On the one side Germany, Austria, and Italy have concluded a defensive alliance, whose sole object is to guard against hostile aggression. In this alliance the two first-named states form the solid, probably unbreakable, core, since by the nature of things they are intimately connected. The geographical conditions force this result. The two states combined form a compact series of territories from the Adriatic to the North Sea and the Baltic. Their close union is due also to historical national and political conditions. Austrians have fought shoulder to shoulder with Prussians and Germans of the Empire on a hundred battlefields; Germans are the backbone of the Austrian dominions, the bond of union that holds together the different nationalities of the Empire. Austria, more than Germany, must guard against the inroads of Slavism, since numerous Slavonic races are comprised in her territories.
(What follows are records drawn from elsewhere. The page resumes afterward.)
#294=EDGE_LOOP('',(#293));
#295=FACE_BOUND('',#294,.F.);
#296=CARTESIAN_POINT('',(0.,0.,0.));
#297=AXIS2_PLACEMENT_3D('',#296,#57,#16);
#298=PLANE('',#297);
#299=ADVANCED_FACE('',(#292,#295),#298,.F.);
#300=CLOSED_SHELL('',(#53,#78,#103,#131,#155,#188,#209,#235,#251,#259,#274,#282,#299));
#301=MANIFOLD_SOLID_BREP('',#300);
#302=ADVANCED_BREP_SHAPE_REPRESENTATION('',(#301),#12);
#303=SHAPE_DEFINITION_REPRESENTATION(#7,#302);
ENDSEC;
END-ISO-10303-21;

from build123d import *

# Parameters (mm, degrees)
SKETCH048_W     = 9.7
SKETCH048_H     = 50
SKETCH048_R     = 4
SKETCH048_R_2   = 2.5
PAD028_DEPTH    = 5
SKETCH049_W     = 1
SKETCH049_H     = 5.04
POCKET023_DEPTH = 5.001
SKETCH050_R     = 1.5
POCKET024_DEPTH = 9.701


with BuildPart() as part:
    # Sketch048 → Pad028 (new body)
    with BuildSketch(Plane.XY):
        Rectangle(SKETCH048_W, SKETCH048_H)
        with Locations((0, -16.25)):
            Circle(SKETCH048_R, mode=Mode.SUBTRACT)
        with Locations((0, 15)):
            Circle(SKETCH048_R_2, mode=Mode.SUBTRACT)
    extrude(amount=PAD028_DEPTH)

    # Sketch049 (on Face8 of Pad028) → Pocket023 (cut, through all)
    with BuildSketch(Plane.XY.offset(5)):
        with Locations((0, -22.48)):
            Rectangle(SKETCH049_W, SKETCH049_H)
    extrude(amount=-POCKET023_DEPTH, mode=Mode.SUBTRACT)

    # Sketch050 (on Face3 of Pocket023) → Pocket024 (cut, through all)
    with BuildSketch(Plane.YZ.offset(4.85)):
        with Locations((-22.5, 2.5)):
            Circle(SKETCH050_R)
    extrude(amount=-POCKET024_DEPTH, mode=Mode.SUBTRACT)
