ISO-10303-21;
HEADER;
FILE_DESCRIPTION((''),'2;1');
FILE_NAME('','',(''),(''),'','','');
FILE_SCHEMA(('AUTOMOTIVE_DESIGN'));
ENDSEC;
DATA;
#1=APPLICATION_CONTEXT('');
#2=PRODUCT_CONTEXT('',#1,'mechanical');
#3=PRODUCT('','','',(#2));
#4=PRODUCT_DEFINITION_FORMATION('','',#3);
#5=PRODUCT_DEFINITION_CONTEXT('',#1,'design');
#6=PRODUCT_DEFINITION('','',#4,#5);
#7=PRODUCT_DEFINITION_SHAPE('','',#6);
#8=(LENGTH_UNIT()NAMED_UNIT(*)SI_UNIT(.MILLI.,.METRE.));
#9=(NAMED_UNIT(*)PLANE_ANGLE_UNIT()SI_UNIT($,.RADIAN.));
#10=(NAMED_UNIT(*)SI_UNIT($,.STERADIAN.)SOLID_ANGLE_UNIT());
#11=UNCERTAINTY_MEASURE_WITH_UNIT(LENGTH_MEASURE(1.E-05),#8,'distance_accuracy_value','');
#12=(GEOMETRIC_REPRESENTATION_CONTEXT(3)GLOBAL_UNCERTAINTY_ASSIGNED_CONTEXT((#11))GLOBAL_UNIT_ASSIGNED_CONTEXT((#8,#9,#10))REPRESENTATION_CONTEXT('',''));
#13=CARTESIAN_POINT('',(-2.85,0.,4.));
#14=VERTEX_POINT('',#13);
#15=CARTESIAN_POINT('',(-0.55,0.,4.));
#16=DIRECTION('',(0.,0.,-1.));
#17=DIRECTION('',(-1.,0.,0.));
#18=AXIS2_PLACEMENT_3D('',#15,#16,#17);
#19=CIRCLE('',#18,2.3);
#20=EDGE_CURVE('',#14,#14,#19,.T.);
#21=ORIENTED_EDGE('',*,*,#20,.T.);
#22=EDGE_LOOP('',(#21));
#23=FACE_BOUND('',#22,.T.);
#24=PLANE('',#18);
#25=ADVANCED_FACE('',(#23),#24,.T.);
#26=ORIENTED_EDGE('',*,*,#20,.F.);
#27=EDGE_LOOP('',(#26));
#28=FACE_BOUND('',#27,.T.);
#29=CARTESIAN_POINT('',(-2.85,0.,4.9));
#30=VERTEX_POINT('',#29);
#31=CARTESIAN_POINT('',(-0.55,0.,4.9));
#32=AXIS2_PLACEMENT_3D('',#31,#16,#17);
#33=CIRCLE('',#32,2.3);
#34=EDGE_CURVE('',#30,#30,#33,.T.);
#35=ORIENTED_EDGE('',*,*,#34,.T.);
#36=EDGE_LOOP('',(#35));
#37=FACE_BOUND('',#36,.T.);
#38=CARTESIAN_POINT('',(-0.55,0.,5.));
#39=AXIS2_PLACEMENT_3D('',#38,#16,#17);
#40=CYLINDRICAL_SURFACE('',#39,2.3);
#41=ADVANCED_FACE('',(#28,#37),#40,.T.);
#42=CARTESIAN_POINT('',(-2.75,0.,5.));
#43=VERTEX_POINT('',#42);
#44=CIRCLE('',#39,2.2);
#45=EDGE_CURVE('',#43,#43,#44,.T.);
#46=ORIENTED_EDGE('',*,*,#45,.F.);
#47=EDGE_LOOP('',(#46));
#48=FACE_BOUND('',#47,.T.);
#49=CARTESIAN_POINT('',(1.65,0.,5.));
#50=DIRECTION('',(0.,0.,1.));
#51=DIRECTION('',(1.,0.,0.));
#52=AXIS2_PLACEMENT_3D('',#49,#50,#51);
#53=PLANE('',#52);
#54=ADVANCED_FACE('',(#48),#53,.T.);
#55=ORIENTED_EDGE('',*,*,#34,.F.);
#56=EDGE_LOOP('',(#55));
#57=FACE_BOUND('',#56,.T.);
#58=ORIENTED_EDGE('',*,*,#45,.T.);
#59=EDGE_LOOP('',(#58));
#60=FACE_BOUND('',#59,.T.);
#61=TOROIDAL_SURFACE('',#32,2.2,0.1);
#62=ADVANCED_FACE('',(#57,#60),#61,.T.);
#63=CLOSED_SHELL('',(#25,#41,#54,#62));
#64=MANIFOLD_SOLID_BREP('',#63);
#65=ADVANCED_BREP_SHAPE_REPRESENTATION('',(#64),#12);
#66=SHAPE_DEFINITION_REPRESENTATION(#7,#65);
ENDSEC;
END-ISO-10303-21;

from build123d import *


with BuildPart() as part:
    # 草图1 → 旋转1 (revolve)
    with BuildSketch(Plane.XZ, mode=Mode.PRIVATE) as revolve_1_sk:
        with BuildLine():
            Line((1.65, 5), (-0.55, 5))
            Line((-0.55, 5), (-0.55, 4))
            Line((-0.55, 4), (1.75, 4))
            Line((1.75, 4), (1.75, 4.9))
            ThreePointArc((1.75, 4.9), (1.720710678, 4.970710678), (1.65, 5))
        make_face()
    revolve(revolve_1_sk.sketch.rotate(Axis((-0.55, 0, 5), (0, 0, -1)), 180), axis=Axis((-0.55, 0, 5), (0, 0, -1)))


solid = part.part
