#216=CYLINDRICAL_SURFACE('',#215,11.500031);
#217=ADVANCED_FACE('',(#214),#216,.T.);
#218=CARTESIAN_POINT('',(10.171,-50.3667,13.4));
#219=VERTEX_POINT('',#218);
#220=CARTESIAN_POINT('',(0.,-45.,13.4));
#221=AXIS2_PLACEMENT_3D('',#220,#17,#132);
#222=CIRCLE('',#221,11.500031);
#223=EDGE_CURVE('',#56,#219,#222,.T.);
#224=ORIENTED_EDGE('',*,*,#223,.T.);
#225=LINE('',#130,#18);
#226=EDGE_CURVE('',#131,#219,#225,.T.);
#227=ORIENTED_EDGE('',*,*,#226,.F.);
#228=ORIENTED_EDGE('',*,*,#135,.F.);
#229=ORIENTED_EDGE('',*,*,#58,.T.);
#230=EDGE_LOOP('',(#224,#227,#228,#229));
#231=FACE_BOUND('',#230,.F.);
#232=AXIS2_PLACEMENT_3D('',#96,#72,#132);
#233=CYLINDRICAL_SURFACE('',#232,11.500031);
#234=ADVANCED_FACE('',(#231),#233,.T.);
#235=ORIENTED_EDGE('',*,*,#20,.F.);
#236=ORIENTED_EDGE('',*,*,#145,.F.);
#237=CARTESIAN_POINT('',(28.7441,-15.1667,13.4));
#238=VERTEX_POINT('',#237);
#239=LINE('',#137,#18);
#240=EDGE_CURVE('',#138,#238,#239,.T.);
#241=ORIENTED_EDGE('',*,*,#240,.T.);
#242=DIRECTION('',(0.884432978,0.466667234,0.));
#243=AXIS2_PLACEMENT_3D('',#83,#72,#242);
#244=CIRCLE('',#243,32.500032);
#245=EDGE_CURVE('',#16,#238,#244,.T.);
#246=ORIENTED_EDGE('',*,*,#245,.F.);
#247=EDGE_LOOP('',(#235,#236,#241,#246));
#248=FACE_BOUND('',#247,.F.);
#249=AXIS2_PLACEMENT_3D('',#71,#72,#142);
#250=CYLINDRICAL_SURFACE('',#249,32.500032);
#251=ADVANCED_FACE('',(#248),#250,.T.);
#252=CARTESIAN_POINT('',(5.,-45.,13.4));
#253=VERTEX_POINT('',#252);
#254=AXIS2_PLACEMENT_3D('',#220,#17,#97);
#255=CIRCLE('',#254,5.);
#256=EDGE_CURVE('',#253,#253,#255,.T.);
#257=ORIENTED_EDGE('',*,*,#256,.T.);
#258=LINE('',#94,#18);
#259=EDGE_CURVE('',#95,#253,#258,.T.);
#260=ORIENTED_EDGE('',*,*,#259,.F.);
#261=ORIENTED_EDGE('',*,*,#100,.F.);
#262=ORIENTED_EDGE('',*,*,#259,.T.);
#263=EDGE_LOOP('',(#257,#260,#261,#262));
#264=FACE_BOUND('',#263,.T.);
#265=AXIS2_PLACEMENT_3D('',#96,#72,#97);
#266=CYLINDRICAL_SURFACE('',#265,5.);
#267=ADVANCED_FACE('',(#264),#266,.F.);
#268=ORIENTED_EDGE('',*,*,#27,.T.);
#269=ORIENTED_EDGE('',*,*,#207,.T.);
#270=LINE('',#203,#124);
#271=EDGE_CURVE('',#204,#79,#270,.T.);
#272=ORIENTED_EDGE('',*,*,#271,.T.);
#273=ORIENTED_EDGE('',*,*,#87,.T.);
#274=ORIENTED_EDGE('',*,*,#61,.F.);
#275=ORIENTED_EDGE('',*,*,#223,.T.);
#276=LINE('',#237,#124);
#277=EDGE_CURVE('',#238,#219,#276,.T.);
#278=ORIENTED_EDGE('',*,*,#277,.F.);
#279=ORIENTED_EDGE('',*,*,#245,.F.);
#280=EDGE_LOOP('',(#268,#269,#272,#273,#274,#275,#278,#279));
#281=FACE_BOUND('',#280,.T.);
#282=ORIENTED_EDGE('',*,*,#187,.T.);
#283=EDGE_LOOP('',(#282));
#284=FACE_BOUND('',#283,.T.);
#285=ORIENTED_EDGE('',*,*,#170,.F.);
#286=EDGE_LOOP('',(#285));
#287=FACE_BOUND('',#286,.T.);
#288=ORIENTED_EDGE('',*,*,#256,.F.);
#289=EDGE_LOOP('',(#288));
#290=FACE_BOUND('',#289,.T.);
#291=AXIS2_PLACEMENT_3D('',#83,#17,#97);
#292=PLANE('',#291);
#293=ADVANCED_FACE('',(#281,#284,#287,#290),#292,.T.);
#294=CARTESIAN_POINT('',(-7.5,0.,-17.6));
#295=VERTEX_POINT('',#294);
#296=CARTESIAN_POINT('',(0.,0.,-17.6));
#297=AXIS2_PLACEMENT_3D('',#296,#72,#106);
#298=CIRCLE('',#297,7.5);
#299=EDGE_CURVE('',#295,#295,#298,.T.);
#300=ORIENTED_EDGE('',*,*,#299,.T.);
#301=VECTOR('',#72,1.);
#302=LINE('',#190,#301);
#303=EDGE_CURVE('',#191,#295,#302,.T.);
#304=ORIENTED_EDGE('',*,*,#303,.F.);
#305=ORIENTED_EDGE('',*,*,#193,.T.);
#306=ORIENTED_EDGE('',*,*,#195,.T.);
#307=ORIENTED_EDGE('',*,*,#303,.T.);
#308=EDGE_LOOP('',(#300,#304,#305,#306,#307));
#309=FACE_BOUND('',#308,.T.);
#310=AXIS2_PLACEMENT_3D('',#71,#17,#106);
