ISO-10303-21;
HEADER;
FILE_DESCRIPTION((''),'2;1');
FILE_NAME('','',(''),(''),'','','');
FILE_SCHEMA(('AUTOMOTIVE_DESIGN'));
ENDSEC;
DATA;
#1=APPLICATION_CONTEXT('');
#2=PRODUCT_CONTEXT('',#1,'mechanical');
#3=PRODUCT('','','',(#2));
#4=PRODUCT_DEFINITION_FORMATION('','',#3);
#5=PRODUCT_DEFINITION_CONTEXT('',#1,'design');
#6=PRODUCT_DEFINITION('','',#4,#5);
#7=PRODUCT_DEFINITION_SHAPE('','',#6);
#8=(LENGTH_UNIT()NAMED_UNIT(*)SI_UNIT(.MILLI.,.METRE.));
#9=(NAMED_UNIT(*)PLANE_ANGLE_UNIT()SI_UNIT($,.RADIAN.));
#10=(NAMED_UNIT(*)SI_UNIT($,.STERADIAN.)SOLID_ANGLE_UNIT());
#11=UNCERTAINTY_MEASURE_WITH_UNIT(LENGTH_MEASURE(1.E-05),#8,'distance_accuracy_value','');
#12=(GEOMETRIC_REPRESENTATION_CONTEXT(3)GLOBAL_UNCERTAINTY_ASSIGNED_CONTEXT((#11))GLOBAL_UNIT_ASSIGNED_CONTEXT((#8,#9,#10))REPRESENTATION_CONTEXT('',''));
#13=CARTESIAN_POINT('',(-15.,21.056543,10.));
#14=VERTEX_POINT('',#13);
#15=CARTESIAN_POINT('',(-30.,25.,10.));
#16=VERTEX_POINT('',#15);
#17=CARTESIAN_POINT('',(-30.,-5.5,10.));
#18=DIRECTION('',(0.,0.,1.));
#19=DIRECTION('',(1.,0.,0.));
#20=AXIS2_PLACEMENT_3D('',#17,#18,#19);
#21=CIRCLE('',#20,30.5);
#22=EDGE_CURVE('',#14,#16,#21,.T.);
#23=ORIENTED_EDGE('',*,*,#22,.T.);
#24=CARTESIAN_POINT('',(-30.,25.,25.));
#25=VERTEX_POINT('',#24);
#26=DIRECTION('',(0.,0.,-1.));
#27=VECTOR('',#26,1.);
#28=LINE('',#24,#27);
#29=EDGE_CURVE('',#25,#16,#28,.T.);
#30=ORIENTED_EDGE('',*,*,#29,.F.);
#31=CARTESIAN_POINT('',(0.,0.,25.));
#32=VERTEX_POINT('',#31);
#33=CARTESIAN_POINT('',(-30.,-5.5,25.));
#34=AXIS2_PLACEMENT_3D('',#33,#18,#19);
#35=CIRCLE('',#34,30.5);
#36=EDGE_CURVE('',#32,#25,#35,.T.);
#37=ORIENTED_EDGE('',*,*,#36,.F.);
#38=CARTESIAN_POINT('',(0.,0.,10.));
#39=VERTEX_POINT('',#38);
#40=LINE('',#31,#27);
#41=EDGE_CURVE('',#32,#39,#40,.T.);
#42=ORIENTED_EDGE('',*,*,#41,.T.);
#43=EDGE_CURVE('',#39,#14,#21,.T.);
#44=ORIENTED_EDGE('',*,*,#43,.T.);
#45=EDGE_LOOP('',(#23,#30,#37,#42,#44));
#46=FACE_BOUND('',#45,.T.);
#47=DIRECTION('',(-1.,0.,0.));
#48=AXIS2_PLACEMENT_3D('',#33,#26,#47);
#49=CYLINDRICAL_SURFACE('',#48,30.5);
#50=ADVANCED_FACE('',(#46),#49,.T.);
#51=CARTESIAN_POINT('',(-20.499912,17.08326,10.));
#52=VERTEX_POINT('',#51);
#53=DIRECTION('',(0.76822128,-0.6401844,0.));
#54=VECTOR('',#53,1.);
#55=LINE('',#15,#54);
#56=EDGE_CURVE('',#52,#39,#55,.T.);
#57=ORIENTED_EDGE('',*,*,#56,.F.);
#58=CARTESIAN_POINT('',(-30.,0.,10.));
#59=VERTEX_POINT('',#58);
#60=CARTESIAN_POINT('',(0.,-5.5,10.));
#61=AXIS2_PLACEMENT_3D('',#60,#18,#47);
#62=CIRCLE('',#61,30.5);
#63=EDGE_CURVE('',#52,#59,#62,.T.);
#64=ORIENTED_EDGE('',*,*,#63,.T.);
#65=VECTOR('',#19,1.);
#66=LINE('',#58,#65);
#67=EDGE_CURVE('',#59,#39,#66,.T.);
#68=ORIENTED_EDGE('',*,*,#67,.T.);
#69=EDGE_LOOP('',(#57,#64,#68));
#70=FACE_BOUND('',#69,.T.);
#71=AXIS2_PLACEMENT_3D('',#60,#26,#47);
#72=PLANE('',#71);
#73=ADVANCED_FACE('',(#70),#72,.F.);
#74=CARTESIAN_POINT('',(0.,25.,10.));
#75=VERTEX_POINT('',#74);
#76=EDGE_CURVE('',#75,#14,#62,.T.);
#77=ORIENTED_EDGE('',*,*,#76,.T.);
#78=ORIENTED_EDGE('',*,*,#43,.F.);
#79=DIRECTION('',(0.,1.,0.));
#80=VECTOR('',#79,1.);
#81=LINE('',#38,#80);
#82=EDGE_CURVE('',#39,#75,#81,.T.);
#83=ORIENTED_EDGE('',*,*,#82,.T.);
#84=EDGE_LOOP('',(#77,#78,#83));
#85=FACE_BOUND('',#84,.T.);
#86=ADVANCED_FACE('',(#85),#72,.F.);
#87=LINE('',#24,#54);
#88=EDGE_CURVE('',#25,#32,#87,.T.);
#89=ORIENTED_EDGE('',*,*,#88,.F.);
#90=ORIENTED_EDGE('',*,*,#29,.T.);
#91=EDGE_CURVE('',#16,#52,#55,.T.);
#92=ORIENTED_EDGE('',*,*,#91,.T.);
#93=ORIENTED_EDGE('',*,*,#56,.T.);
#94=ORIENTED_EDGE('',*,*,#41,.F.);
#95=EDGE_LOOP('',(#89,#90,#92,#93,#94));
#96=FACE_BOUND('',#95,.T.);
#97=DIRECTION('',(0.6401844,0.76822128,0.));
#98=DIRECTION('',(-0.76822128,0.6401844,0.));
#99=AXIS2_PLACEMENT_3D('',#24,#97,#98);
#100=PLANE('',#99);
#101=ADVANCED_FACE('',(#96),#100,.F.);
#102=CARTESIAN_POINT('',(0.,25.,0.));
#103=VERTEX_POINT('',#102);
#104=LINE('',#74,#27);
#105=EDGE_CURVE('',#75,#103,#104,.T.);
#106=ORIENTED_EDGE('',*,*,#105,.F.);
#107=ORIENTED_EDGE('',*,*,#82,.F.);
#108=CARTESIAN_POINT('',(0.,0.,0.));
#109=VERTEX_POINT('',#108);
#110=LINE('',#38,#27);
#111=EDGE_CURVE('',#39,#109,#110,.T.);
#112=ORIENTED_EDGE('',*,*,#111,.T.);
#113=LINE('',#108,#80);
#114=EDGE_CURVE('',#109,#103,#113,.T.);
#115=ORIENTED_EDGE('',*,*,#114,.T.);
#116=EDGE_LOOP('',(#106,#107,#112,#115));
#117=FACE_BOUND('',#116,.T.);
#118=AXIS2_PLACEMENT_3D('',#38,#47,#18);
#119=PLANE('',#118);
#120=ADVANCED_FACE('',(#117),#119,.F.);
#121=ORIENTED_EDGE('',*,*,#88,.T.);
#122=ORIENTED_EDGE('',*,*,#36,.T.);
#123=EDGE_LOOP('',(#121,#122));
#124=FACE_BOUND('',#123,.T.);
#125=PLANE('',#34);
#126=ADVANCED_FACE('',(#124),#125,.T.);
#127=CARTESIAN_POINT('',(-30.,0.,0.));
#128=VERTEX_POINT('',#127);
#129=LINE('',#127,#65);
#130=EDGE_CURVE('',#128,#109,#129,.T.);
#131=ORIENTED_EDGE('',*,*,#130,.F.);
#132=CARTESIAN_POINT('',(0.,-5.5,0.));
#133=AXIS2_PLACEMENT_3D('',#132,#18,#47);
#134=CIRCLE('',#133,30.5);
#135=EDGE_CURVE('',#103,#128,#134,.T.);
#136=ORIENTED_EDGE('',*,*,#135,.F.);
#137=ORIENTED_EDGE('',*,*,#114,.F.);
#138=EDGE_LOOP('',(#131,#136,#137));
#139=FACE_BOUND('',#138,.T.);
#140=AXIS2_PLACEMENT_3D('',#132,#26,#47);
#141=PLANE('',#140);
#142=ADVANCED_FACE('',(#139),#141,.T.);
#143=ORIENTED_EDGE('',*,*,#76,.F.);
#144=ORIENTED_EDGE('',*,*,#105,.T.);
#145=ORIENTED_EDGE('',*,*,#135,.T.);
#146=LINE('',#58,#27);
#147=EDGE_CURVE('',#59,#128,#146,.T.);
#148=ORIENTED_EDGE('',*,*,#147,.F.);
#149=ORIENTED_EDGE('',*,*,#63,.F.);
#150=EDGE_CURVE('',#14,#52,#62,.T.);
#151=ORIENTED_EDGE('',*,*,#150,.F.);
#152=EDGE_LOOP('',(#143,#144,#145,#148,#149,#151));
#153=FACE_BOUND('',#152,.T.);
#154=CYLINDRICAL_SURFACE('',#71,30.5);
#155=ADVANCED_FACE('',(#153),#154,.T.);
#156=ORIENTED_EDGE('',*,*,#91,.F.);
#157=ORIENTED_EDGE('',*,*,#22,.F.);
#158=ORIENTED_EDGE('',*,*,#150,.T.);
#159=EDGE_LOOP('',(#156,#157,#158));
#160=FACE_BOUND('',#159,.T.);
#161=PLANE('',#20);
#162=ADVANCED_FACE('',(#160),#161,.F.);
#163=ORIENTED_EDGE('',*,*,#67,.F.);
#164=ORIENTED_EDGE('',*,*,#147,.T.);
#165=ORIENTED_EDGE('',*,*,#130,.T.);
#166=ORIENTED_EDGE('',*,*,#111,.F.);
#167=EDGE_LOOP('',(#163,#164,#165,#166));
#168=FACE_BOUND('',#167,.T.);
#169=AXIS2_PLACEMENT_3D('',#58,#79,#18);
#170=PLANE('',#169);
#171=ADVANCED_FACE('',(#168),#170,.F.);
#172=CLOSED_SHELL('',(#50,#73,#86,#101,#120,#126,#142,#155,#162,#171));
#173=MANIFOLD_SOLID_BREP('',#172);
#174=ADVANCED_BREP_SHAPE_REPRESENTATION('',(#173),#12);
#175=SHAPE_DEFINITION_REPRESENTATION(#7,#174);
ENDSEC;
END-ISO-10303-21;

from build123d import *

# Parameters (mm, degrees)
BOSS_EXTRUDE1_DEPTH = 10
BOSS_EXTRUDE2_DEPTH = 15


with BuildPart() as part:
    # Sketch1 → Boss-Extrude1 (new body)
    with BuildSketch(Plane.XY):
        with BuildLine():
            Line((-30, 0), (0, 0))
            Line((0, 0), (0, 25))
            ThreePointArc((0, 25), (-19.52562419, 17.930749028), (-30, 0))
        make_face()
    extrude(amount=BOSS_EXTRUDE1_DEPTH)

    # Sketch2 → Boss-Extrude2 (add)
    with BuildSketch(Plane.XY.offset(10)):
        with BuildLine():
            Line((-30, 25), (0, 0))
            ThreePointArc((0, 0), (-10.47437581, 17.930749028), (-30, 25))
        make_face()
    extrude(amount=BOSS_EXTRUDE2_DEPTH)


solid = part.part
There has been no conflict of interests between the two states since the struggle for the supremacy in Germany was decided. The maritime and commercial interests of the one point to the south and the southeast, those of the other to the north. Any feebleness in the one must react detrimentally on the political relations of the other. A quarrel between Germany and Austria would leave both states at the mercy of overwhelmingly powerful enemies. The possibility of each maintaining its political position depends on their standing by each other. It may be assumed that the relations uniting the two states will be permanent so long as Germans and Magyars are the leading nationalities in the Danubian monarchy. It was one of the master-strokes of Bismarck's policy to have recognized the community of Austro-German interests even during the war of 1866, and boldly to have concluded a peace which rendered such an alliance possible.
The weakeners of the Austrian Empire lies in the strong admixture of Slavonic elements, which are hostile to the German population, and show many signs of Pan-Slavism. It is not at present, however, strong enough to influence the political position of the Empire.
Italy, also, is bound to the Triple Alliance by her true interests. The antagonism to Austria, which has run through Italian history, will diminish when the needs of expansion in other spheres, and of creating a natural channel for the increasing population, are fully recognized by Italy. Neither condition is impossible. Irredentism will then lose its political significance, for the position, which belongs to Italy from her geographical situation and her past history, and will promote her true interests if attained, cannot be won in a war with Austria. It is the position of a leading political and commercial Mediterranean Power. That is the natural heritage which she can claim. Neither Germany nor Austria is a rival in this claim, but France, since she has taken up a permanent position on the coast of North Africa, and especially in Tunis, has appropriated a country which would have been the most natural colony for Italy, and has, in point of fact, been largely colonized by Italians. It would, in my opinion, have been politically right for us, even at the risk of a war with France, to protest against this annexation, and to preserve the territory of Carthage for Italy. We should have considerably strengthened Italy's position on the Mediterranean, and created a cause of contention between Italy and France that would have added to the security of the Triple Alliance.
The weakness of this alliance consists in its purely defensive character.
[…]
  Excerpted from Friedrich von Bernhardi, Germany and the Next War, trans. by Allen Powles (New York, 1914), pp. 16-20, 85-86.
[1] The First (1899) and Second (1907) Hague International Peace conferences were summoned with the intention of reducing armaments. Although failing in this, a number of declarations and conventions regarding the laws of war were adopted.
[2] Extreme nationalist, professor of history at the University of Berlin, and popular writer, Heinrich von Treitschke (1834-96) exerted great influence on contemporaries and subsequent generations. Once a liberal, he became a zealous convert to Bismarckian policy and a champion of Germany's national claims.